Wallflower Girl - Page 42/47

There was a camera with a telescopic lens mounted on a tripod behind where Anne was sitting. "So it could be heat waves-like mirages?" she suggested.

"Yes it could be, dear," the woman answered, backing through the screen door with a tray of tea and homemade biscuits. She placed the tray and poured the tea. "It could be heat mirages, but it's not," she went on mysteriously. "You see the house there in the mist? We rarely get a summer mist, and when we do, Reg knows to have the camera set, don't you, Reg?"

"That I do," Reg assured supportively.

Anne was looking at photographs of the house through mist. It was definitely there. The image was milky and distorted but there was no denying the distinct lines of a small cottage. "Oh my God. It is the house," she exclaimed. "And the truck. I drove that truck to town. That's it exactly!"

"You drove it, dear? What do you mean, you drove it?" Ethel asked sharply.

Anne had turned more pages with similar photo series of both the hay field and the house in the mist. "I mean yesterday I was at the house and had some sort of dream or vision or something where I was back there in nineteen sixty-eight, there in the house and driving the truck to town to do the shopping. I was there with Nick, as real as I am sitting here right now."

The old woman was nodding. She bent closer, peering into Anne's eyes. "I see," she said, nodding more affirmatively.

"You see what?"

The old woman lifted another few pages of the photo album and opened to a page that had the wedding photo Anne had seen in the house; the one from the cutlery cupboard. It was not a print. It was the actual photo; the original. "That's what I see," the strange old woman said. "Or rather-who I see."

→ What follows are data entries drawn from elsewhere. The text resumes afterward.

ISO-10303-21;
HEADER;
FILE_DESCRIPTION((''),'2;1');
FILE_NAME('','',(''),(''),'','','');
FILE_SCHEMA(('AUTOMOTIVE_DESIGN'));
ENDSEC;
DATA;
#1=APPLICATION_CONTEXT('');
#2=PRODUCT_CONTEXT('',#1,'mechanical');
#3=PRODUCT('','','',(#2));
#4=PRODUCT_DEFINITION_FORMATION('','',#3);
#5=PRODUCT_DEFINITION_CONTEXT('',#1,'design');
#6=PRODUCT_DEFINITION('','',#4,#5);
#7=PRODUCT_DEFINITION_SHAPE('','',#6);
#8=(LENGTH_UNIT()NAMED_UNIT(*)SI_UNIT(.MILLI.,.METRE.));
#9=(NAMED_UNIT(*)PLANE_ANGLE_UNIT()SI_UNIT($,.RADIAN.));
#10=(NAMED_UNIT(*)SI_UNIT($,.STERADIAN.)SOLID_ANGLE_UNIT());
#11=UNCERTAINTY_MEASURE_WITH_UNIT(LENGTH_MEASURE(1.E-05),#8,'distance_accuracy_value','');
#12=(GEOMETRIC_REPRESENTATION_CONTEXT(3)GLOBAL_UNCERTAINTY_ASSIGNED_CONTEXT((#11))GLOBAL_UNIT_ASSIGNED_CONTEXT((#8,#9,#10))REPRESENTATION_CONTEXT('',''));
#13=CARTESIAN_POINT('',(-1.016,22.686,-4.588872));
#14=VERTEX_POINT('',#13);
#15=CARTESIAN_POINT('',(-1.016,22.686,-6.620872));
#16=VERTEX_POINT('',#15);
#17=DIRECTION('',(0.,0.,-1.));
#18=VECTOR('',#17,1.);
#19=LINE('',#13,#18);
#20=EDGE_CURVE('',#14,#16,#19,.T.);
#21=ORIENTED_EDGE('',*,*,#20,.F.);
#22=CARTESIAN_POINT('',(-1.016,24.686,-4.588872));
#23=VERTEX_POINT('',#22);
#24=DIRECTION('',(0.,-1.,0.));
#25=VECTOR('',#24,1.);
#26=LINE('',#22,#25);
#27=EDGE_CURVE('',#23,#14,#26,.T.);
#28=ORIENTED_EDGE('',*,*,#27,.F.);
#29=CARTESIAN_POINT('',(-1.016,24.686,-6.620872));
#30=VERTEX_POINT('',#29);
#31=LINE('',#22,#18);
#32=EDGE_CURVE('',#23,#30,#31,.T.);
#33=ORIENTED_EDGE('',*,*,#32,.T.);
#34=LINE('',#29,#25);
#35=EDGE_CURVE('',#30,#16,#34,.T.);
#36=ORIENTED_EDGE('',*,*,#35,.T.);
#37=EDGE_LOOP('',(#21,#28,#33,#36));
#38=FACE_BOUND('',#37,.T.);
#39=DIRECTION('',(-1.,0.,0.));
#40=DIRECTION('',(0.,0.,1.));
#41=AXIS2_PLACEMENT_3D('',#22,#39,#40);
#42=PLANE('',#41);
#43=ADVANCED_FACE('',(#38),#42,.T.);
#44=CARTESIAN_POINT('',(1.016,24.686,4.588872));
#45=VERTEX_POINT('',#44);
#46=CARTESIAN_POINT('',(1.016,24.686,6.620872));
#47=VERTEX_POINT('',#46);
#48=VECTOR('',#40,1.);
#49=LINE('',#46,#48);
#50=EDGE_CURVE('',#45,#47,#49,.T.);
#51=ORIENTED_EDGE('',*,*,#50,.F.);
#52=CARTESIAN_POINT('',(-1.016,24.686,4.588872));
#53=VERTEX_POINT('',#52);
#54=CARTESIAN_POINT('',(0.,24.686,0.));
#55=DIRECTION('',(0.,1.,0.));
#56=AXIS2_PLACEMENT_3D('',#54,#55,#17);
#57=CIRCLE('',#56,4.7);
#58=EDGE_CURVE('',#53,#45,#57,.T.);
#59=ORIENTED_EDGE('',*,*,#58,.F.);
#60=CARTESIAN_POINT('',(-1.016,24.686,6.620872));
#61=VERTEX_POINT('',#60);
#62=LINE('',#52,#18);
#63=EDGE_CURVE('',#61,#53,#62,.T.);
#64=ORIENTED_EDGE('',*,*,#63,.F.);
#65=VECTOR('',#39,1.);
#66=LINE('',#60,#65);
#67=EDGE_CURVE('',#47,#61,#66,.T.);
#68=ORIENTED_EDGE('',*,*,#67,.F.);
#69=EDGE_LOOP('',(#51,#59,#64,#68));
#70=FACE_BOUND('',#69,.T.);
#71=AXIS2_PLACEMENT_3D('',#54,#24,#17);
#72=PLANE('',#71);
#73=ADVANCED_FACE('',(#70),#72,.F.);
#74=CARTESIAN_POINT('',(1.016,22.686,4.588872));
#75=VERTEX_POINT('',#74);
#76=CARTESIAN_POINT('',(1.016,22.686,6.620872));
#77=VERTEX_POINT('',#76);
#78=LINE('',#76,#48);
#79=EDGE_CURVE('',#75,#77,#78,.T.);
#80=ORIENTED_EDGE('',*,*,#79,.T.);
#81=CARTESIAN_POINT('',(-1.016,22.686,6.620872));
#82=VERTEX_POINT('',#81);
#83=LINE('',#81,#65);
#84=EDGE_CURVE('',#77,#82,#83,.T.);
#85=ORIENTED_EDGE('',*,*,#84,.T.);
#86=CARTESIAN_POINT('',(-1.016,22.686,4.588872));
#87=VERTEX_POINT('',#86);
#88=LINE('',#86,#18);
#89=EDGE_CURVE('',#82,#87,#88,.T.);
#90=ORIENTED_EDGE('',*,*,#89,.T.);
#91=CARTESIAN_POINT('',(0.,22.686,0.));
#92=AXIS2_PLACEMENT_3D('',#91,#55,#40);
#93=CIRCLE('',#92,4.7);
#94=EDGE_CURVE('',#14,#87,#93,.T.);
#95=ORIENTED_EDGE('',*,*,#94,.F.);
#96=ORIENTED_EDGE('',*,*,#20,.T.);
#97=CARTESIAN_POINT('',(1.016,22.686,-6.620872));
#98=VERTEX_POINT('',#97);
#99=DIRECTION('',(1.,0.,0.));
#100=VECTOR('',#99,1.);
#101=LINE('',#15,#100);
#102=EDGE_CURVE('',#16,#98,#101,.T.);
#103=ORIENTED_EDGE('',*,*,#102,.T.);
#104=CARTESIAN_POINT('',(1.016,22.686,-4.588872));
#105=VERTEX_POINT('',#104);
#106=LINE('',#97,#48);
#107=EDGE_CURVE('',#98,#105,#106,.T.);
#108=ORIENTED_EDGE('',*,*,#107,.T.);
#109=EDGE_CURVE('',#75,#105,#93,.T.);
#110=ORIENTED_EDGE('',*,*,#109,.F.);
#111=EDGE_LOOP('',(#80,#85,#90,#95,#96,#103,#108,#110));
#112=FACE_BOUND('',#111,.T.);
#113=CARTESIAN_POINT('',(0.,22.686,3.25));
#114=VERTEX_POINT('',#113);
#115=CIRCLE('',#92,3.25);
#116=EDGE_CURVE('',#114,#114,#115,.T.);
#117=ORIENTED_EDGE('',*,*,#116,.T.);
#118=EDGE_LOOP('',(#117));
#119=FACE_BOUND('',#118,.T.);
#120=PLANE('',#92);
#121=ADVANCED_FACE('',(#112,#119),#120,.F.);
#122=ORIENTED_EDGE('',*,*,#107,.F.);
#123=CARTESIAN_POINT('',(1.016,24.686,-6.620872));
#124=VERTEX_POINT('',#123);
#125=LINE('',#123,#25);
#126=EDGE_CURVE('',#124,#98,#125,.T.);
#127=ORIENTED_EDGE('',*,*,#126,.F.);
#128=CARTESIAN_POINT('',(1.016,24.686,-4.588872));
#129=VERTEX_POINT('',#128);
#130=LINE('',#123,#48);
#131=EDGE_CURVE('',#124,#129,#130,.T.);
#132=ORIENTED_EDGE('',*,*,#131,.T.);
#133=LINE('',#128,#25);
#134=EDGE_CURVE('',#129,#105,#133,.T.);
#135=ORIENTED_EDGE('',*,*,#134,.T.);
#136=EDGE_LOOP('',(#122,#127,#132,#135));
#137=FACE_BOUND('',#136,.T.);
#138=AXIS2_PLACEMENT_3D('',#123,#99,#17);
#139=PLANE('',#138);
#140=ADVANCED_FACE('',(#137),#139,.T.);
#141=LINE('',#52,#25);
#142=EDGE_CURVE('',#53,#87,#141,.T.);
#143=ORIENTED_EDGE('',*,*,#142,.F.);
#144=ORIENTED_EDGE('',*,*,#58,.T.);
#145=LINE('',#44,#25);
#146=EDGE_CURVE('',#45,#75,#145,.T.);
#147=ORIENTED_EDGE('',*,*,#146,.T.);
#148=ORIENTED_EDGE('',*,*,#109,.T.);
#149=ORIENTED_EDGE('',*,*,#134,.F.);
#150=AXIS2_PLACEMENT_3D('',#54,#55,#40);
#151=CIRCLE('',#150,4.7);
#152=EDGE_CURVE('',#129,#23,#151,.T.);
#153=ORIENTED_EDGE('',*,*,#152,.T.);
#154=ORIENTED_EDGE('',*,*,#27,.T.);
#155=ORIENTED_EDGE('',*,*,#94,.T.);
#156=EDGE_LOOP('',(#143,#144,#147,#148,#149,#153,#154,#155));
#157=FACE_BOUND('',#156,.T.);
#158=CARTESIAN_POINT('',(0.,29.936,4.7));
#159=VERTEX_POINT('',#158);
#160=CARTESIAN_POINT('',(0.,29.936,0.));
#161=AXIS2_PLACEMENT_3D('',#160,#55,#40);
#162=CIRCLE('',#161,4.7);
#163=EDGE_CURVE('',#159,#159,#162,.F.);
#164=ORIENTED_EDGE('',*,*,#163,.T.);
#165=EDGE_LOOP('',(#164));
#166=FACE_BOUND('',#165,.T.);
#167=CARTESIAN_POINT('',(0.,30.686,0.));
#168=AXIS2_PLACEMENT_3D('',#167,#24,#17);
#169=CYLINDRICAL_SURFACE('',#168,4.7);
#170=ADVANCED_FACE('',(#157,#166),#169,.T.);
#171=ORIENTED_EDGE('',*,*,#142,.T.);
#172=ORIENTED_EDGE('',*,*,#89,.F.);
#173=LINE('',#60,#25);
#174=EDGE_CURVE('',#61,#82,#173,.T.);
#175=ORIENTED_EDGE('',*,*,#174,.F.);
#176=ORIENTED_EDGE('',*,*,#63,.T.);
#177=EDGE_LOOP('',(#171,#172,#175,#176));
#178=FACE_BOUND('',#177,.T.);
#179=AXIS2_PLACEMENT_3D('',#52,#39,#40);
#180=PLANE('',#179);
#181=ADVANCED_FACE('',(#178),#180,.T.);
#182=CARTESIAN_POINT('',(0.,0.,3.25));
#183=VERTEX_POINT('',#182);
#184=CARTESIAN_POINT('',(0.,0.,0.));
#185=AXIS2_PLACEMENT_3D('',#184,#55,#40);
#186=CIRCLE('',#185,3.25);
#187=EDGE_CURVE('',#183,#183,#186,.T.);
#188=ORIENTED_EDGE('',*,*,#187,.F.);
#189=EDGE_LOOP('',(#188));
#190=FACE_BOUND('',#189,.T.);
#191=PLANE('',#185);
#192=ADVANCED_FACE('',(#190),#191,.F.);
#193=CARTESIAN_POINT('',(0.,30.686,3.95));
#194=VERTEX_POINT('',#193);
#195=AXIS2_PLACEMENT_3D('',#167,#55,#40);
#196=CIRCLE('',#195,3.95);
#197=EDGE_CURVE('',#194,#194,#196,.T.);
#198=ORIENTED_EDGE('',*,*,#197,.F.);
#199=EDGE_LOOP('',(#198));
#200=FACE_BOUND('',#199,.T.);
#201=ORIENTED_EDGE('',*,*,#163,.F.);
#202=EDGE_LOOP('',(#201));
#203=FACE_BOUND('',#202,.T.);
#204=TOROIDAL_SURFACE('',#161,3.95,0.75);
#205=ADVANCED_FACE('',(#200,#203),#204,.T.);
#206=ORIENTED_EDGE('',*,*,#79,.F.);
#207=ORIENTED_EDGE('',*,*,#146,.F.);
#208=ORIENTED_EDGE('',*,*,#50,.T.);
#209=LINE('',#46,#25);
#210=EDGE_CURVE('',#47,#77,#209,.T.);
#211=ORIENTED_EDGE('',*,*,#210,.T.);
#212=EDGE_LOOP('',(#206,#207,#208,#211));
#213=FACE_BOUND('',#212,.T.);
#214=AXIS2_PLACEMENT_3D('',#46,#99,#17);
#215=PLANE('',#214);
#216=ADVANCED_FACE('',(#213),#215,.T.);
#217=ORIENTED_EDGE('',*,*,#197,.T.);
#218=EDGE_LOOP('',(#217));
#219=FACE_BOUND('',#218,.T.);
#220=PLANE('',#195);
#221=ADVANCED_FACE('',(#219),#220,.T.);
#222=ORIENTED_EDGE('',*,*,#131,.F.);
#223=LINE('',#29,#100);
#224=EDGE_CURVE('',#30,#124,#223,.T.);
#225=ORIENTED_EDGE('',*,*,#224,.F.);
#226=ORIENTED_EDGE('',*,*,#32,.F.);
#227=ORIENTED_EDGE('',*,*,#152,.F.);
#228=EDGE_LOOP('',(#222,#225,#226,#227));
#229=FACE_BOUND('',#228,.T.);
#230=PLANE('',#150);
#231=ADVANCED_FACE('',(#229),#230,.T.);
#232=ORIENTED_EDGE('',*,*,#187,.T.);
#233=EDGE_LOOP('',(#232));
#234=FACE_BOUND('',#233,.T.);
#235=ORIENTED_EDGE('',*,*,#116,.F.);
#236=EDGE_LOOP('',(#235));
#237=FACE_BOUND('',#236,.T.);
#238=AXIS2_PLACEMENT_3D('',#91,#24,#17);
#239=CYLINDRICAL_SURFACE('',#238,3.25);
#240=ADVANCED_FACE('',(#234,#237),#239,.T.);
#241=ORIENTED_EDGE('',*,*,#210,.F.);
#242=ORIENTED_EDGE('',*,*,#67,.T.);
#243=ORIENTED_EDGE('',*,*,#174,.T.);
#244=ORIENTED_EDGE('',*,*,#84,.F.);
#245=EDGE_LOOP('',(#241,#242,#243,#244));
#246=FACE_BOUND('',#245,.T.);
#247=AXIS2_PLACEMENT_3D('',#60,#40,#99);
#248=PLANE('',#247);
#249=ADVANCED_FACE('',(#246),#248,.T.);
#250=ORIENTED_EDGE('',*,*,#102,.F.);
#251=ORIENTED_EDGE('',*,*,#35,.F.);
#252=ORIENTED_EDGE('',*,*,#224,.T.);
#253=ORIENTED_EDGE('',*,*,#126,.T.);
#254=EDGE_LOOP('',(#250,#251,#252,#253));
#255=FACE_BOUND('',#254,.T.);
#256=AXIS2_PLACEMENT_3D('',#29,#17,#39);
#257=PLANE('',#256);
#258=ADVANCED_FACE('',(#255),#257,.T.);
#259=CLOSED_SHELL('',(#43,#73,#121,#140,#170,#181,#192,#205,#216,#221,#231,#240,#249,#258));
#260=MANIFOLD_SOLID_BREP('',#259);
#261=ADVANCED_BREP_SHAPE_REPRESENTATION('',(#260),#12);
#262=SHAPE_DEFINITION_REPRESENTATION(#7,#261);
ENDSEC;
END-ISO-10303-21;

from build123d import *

# Parameters (mm, degrees)
SKETCH1_R           = 3.25
BOSS_EXTRUDE1_DEPTH = 22.686
SKETCH6_R           = 4.7
BOSS_EXTRUDE2_DEPTH = 8
FILLET1_R           = 0.75
BOSS_EXTRUDE3_DEPTH = 2


with BuildPart() as part:
    # Sketch1 → Boss-Extrude1 (new body)
    with BuildSketch(Plane(origin=(0, 0, 0), x_dir=(1, 0, 0), z_dir=(0, 1, 0))):
        Circle(SKETCH1_R)
    extrude(amount=BOSS_EXTRUDE1_DEPTH)

    # Sketch6 → Boss-Extrude2 (add)
    with BuildSketch(Plane(origin=(0, 22.686, 0), x_dir=(1, 0, 0), z_dir=(0, 1, 0))):
        Circle(SKETCH6_R)
    extrude(amount=BOSS_EXTRUDE2_DEPTH)

    # Fillet1
    fillet1_edges = [part.edges().sort_by_distance(p)[0] for p in [
        (-4.7, 30.686, 0),
    ]]
    fillet(fillet1_edges, radius=FILLET1_R)

    # Sketch7 → Boss-Extrude3 (add)
    with BuildSketch(Plane.XZ.offset(-22.686)):
        with BuildLine():
            Line((-1.016, 4.588871757), (-1.016, 6.620871757))
            Line((-1.016, 6.620871757), (1.016, 6.620871757))
            Line((1.016, 6.620871757), (1.016, 4.588871757))
            ThreePointArc((1.016, 4.588871757), (0, 4.7), (-1.016, 4.588871757))
        make_face()
        with BuildLine():
            Line((1.016, -6.620871757), (1.016, -4.588871757))
            ThreePointArc((1.016, -4.588871757), (0, -4.7), (-1.016, -4.588871757))
            Line((-1.016, -4.588871757), (-1.016, -6.620871757))
            Line((-1.016, -6.620871757), (1.016, -6.620871757))
        make_face()
    extrude(amount=-BOSS_EXTRUDE3_DEPTH)


solid = part.part
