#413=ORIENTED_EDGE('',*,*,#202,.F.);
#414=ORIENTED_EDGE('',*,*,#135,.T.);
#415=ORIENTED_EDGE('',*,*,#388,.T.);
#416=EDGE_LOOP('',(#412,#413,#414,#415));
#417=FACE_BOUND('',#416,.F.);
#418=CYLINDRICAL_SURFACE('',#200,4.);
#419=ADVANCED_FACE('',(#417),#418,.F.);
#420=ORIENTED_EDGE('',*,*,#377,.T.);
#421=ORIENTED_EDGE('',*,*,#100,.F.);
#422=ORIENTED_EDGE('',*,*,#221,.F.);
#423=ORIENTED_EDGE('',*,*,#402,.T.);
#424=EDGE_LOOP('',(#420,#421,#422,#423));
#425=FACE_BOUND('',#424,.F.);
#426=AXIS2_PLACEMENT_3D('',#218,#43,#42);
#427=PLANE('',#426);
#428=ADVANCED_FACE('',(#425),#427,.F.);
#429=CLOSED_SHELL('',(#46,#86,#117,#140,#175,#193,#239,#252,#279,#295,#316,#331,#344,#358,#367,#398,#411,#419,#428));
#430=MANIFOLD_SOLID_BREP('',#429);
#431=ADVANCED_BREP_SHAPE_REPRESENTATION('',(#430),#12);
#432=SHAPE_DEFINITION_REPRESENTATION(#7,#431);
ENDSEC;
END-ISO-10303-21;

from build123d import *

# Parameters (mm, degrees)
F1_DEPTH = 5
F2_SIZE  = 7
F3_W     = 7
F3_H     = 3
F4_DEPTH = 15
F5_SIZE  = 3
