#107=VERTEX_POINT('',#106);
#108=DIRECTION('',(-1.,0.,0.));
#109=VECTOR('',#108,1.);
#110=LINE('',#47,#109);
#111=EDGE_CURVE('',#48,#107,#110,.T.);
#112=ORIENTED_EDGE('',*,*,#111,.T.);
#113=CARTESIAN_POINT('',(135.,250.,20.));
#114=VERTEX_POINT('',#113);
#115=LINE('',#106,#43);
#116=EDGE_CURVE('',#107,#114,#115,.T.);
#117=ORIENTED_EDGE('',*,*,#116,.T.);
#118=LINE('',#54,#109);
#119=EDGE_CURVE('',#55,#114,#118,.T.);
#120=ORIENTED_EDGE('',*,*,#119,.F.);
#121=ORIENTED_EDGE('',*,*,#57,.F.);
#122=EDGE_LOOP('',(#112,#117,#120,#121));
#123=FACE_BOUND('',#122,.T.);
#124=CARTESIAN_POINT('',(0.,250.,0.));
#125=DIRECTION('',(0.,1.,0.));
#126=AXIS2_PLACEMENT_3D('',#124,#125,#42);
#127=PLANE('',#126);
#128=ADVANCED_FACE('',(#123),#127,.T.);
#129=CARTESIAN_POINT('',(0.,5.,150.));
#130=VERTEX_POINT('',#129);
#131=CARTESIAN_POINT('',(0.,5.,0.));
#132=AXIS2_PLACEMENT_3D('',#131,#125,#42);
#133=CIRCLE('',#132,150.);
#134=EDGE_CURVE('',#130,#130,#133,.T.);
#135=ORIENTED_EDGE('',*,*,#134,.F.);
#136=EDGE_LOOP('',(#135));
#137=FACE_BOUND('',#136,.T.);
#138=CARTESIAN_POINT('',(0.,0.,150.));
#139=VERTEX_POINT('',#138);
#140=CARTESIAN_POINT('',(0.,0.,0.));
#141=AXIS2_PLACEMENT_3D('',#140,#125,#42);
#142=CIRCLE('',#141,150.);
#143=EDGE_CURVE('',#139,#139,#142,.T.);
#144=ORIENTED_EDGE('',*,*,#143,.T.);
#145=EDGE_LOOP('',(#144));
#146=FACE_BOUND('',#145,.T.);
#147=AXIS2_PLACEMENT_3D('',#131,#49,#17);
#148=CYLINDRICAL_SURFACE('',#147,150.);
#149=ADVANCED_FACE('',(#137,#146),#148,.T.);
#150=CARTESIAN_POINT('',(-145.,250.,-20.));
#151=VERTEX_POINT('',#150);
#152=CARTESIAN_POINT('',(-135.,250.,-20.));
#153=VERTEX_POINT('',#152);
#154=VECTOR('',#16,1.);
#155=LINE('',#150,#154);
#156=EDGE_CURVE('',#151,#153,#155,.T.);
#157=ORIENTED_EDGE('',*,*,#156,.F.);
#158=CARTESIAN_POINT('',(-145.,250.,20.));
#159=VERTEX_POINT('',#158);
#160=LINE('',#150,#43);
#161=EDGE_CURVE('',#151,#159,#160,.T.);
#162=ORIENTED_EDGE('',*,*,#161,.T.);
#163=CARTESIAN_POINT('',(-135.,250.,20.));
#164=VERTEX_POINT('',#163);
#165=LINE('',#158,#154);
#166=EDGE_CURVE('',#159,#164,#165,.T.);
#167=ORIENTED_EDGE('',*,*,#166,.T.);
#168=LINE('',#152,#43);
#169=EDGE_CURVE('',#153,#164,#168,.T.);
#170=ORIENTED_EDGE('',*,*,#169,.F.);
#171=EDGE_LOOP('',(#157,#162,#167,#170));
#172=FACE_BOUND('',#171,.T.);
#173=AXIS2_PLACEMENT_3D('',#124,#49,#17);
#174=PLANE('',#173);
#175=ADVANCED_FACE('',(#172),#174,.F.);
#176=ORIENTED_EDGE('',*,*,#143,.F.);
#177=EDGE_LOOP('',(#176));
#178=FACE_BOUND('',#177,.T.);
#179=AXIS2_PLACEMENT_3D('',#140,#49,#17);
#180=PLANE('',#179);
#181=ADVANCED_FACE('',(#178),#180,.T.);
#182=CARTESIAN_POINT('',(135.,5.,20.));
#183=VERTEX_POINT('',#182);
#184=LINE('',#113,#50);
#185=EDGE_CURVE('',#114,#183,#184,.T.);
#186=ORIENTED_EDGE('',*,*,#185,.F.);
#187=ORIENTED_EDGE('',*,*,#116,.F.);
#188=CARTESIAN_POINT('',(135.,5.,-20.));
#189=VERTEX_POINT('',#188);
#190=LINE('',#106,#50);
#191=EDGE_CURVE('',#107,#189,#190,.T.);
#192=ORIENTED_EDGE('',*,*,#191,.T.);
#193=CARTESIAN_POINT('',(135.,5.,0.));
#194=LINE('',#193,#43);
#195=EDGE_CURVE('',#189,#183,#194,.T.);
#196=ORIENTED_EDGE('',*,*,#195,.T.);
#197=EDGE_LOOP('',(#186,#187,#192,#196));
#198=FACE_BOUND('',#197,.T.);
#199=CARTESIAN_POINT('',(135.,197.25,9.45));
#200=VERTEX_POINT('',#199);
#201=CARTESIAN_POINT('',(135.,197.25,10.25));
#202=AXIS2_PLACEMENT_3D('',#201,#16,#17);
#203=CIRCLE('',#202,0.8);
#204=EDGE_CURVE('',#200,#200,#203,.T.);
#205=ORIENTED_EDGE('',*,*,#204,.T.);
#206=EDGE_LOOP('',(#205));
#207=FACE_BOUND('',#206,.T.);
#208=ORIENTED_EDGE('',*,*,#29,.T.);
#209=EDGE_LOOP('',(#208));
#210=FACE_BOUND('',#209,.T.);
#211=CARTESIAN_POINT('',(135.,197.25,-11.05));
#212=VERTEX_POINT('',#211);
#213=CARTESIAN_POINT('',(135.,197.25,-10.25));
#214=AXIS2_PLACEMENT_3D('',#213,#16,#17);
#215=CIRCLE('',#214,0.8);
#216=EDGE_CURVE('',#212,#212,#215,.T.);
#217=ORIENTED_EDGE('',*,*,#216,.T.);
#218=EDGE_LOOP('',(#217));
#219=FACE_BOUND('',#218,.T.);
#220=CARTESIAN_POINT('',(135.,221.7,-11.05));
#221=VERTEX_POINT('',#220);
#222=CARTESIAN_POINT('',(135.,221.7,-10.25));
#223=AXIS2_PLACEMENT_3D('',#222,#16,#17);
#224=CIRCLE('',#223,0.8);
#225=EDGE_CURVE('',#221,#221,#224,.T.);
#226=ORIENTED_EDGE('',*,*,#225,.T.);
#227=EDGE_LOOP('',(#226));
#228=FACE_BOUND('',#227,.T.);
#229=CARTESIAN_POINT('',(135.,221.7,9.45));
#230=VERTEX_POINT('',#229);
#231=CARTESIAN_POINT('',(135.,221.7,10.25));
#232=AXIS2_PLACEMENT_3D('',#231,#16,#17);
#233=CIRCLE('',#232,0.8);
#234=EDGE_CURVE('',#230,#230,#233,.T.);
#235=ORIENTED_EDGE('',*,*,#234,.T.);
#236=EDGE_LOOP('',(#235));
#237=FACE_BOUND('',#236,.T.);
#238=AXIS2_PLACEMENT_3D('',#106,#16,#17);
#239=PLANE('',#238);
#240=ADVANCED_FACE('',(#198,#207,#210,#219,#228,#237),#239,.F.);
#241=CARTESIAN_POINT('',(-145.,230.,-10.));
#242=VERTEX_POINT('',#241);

Tears welled in Anne's eyes. "I was her. I looked in the mirror and I was her."

"Yes, dear. I can see you are young Patricia. Look at her eyes, Reg. Look beyond them."

Anne peered from the old woman to her kindly husband. He was smiling. "Yes, I saw yesterday," he answered easily. "You were right she would come visit us one day."

Anne started crying. She was overwhelmed by the simple truth of the situation. It was absurd but it was plainly true and real. She knew it in her heart.

"You see, dear, we've never seen you." Ethel was turning pages and showing Anne through the photo series. "You see young Nick there in his hay shed, and there washing up at his wash stand? And there he's just standing, looking at the house in the mist." The photos were compelling. "But we've never seen Patricia. It's as if he's waiting for her, don't you think? He's been here all these years, like it's moments to him, and he's waiting for his wife."